I was absolutely astonished to read this story :

[broken link removed]

1. provisional licenses are unheard of in the rest of Europe - when will they be eventually done away with?
2. this guy was dui and wasn't breathalysed! why? this should be done automatically after any kind of accident
3. this guy was arrogant enough to accuse the driver he killed for dazzling him with his lights

Is a person's life really only worth € 470?


----------



## jhegarty (26 Apr 2010)

haminka1 said:


> 1. provisional licenses are unheard of in the rest of Europe - when will they be eventually done away with?



They did 3 years ago.


----------



## haminka1 (26 Apr 2010)

jhegarty said:


> They did 3 years ago.



surely you are jesting? the reality is diferrent


----------



## jhegarty (26 Apr 2010)

In what way ?

€1000 fine now for driving unaccompanied, €1000 for no L plates.


Those fines would be amongst the most serious for driving offences.


----------



## haminka1 (26 Apr 2010)

jhegarty said:


> In what way ?
> 
> €1000 fine now for driving unaccompanied, €1000 for no L plates.
> 
> ...



considering the number of l drivers sitting in their cars on their own, i don't think so - and yeah, judging from the way they drive, they would be l-drivers
notwithstanding the fact, that l-licence should be absolutely done with, there shouldn't be a place for it in a society with so many cars on the streets


----------



## jhegarty (26 Apr 2010)

What system do you suggest replaces the current laws ?


----------



## haminka1 (26 Apr 2010)

Completely ban l-drivers from the road - either full driving license or nothing
introduce temporary full-licence for the first two years - if the driver gets any penalty point, he/she has to resit the exams 
that's how i know it from abroad and it helps


----------



## jhegarty (26 Apr 2010)

So no new people get to drive ?


----------



## Firefly (26 Apr 2010)

haminka1 said:


> *completely ban l-drivers from the road* - either full driving licence or nothing
> introduce temporary full-licence for the first two years - if the driver gets any penslty point, he/she has to resit the exams
> that's how i know it from abroad and it helps


 
With the exception of those taking driving lessons from approved driving schools in order to pass the test


----------



## haminka1 (26 Apr 2010)

Firefly said:


> With the exception of those taking driving lessons from approved driving schools in order to pass the test



well, they take their lessons in designated cars, so that's rather obvious


----------



## haminka1 (26 Apr 2010)

jhegarty said:


> So no new people get to drive ?



as above -you are learning to drive in a designated car of a driving school, aren't you? once the lesson is over, take a bus


----------



## Staples (26 Apr 2010)

haminka1 said:


> as above -you are learning to drive in a designated car of a driving school, aren't you? once the lesson is over, take a bus


 
Surely they're even more difficult to drive....


----------



## Firefly (26 Apr 2010)

haminka1 said:


> well, they take their lessons in designated cars, so that's rather obvious


 
it's obvious but would be required if such a ban was brought in.


----------



## mathepac (26 Apr 2010)

haminka1 said:


> ... introduce temporary full-licence for the first two years - if the driver gets any penslty point, he/she has to resit the exams ...


Good idea, like in Oz and NZ,  a "Restricted" licence with an "R" plate prominently displayed - no passengers, zero alcohol or other drugs, any driving offence results in loss of licence, special insurance disc, GPS tracker / speed resticter fitted,  no motorway driving, no towing of trailer or other cars, etc...


----------



## jhegarty (26 Apr 2010)

But we have a lower death rate than Australia and NZ.

Why would you take a model from a country where more people are killed ?


----------



## Caveat (26 Apr 2010)

haminka1 said:


> considering the number of l drivers sitting in their cars on their own streets


 
This isn't always as it seems.

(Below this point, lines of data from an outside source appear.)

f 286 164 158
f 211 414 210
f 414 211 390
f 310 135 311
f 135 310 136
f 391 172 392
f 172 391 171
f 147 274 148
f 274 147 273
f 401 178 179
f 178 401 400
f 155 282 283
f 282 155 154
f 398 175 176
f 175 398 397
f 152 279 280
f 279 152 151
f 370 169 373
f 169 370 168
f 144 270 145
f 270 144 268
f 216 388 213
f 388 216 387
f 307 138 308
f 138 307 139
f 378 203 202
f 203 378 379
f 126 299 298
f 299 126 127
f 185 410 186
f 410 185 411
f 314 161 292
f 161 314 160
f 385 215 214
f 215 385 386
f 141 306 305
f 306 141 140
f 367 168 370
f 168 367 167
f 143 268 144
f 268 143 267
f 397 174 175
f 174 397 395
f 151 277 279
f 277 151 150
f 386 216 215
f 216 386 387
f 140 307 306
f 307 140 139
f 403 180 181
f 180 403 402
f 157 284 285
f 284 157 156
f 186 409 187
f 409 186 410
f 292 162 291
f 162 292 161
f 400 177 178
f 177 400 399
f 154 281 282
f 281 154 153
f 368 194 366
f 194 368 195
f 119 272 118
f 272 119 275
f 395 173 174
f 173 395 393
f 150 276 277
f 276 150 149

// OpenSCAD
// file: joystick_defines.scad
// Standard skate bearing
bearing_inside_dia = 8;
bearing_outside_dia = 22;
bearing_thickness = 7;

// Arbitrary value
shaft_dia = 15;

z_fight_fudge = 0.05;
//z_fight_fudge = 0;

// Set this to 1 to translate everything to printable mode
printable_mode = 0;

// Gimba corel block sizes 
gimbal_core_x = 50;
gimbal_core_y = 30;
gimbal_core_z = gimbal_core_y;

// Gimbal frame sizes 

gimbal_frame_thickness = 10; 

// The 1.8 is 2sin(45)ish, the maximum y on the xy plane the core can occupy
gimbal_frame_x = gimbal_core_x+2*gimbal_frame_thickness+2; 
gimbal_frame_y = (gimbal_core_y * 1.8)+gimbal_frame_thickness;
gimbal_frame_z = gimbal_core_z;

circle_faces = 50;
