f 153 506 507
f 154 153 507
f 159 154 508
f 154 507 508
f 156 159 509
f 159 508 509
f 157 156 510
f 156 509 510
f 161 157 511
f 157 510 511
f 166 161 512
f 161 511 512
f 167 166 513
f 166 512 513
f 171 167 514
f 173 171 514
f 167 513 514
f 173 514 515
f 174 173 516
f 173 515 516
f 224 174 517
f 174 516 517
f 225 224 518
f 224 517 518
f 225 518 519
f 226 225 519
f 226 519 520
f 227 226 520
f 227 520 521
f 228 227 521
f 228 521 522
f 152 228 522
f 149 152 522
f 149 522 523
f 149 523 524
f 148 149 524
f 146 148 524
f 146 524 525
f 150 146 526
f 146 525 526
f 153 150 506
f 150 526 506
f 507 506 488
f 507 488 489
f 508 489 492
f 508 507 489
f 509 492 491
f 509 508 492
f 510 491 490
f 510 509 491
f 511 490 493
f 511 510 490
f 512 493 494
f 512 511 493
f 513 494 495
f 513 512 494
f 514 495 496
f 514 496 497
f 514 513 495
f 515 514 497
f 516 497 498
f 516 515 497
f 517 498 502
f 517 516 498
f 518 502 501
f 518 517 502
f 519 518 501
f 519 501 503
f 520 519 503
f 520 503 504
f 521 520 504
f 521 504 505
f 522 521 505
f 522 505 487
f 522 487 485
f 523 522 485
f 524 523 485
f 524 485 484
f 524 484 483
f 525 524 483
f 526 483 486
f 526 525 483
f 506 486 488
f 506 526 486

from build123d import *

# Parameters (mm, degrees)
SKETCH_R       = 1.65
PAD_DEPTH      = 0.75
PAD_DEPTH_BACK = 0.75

Cars can have L plates up for the use/benefit of another family member. Not unusual at all for a fully qualified driver to be driving on their own with an L plated car. I did it myself a couple of years ago.


----------



## haminka1 (26 Apr 2010)

Caveat said:


> This isn't always as it seems. Cars can have L plates up for the use/benefit of another family member. Not unusual at all for a fully qualified driver to be driving on their own with an L plated car. I did it myself a couple of years ago.

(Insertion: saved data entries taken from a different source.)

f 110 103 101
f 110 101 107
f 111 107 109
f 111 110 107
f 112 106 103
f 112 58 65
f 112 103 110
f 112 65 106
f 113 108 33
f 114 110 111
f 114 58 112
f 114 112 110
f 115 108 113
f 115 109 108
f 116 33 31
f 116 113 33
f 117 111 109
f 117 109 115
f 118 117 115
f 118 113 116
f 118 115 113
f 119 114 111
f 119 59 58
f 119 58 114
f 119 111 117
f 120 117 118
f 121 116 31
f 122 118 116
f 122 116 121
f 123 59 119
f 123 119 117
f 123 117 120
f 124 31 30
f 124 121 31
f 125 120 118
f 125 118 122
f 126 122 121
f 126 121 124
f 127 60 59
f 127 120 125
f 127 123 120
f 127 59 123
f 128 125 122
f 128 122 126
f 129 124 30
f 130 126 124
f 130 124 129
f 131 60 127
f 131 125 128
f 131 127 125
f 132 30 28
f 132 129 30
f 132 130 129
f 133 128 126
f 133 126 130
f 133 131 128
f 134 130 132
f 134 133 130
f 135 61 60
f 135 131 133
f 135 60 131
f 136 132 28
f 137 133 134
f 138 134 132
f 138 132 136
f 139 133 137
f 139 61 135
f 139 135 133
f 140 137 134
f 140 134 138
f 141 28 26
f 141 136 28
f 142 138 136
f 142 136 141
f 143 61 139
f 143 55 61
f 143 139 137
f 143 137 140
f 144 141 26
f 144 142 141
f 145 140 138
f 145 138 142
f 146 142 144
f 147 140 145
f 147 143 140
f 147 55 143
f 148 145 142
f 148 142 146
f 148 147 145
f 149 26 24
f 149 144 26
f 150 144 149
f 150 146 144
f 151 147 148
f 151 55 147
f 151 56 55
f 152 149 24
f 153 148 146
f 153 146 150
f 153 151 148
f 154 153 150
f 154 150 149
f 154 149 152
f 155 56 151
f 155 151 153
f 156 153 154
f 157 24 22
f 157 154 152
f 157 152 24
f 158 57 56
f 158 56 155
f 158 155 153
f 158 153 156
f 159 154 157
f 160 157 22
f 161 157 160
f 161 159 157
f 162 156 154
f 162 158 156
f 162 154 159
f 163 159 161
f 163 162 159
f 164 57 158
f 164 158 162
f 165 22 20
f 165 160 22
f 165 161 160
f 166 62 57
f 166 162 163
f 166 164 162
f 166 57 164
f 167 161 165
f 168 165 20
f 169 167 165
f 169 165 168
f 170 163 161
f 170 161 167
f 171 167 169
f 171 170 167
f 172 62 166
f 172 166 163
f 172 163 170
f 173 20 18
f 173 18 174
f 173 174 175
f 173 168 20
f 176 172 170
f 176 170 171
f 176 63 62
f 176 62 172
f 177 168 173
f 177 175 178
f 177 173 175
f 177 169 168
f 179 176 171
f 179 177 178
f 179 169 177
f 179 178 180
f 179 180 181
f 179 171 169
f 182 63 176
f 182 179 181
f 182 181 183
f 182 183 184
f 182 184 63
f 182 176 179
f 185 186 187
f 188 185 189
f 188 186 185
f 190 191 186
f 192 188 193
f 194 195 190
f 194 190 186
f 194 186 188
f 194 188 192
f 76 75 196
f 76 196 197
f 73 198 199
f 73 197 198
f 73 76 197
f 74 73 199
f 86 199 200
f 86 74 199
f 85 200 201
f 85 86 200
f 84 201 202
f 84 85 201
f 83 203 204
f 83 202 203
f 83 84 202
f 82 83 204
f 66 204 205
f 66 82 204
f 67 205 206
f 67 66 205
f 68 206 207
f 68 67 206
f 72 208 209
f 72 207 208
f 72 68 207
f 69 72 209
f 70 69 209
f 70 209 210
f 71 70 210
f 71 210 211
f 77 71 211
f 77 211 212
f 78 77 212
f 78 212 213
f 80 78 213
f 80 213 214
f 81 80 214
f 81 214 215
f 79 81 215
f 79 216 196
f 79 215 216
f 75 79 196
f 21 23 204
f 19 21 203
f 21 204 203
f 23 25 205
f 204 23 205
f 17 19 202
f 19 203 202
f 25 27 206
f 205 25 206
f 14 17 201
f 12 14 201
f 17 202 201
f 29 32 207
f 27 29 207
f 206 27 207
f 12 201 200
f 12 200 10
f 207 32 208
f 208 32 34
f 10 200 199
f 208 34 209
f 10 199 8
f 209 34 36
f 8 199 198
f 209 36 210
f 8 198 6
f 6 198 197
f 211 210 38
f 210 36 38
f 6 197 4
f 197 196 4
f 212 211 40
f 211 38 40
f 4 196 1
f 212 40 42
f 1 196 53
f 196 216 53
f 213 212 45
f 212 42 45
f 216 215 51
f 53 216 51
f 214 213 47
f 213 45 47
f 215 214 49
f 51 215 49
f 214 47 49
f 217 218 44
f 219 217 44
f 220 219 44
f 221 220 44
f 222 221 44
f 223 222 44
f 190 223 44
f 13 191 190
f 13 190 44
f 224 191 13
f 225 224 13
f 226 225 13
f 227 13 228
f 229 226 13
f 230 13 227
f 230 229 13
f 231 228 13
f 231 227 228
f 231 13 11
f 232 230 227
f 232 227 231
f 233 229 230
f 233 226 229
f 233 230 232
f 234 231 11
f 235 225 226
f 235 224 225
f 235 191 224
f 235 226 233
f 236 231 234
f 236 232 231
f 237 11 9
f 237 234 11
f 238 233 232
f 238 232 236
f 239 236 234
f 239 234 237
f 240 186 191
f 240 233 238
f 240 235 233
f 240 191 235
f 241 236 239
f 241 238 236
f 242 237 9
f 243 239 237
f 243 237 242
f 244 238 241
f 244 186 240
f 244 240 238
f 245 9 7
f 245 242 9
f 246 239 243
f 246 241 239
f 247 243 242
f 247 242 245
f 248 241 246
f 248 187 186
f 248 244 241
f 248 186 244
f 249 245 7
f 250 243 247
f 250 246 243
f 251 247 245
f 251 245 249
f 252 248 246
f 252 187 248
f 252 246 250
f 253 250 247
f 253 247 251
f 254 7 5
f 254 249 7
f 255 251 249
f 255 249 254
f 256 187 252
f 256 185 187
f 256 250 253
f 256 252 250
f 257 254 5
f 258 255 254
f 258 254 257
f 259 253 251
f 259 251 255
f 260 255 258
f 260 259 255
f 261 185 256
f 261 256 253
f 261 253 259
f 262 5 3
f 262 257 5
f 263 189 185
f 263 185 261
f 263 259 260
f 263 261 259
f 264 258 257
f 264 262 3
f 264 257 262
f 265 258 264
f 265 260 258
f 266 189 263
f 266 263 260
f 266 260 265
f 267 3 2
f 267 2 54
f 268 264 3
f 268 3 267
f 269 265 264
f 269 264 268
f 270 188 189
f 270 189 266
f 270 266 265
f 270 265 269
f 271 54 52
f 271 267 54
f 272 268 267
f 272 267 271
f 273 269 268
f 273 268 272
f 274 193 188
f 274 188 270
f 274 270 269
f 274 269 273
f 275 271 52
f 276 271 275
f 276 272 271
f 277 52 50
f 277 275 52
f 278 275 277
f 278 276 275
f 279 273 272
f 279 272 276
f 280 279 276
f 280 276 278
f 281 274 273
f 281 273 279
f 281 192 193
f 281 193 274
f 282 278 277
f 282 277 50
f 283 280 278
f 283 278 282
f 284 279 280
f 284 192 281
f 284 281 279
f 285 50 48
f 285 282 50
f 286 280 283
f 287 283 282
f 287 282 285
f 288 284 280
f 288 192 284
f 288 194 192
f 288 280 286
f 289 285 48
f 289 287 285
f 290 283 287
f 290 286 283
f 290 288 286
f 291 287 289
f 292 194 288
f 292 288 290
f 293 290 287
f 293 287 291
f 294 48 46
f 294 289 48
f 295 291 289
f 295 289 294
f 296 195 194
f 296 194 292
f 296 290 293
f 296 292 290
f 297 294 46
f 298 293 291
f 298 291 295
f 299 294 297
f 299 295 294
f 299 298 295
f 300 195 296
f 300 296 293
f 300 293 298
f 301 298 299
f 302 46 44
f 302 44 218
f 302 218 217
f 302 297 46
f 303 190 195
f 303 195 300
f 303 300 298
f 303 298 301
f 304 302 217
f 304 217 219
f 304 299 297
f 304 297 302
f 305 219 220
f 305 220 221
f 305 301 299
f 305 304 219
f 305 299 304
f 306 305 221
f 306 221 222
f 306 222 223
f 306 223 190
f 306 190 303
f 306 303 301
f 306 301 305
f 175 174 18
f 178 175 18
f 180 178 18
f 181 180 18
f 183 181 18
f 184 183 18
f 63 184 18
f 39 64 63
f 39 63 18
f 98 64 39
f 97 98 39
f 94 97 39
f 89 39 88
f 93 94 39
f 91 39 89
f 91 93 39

but you can see if the driver is experienced or a newbie ...


----------



## haminka1 (26 Apr 2010)

jhegarty said:


> But we have a lower death rate than Australia and NZ.
> 
> Why would you take a model from a country where more people are killed ?



how about europe? the standard of driving in the continental europe is much better, take germany - they also have some restrictions for drivers in their first two years and it's working fine and their standard of driving is much better than in ireland


----------



## Sunny (26 Apr 2010)

haminka1 said:


> but you can see if the driver is experienced or a newbie ...


 
How?


----------



## delgirl (26 Apr 2010)

There are lots of L drivers out on the roads on their own and they're not parents who have put up an L plate for a family member.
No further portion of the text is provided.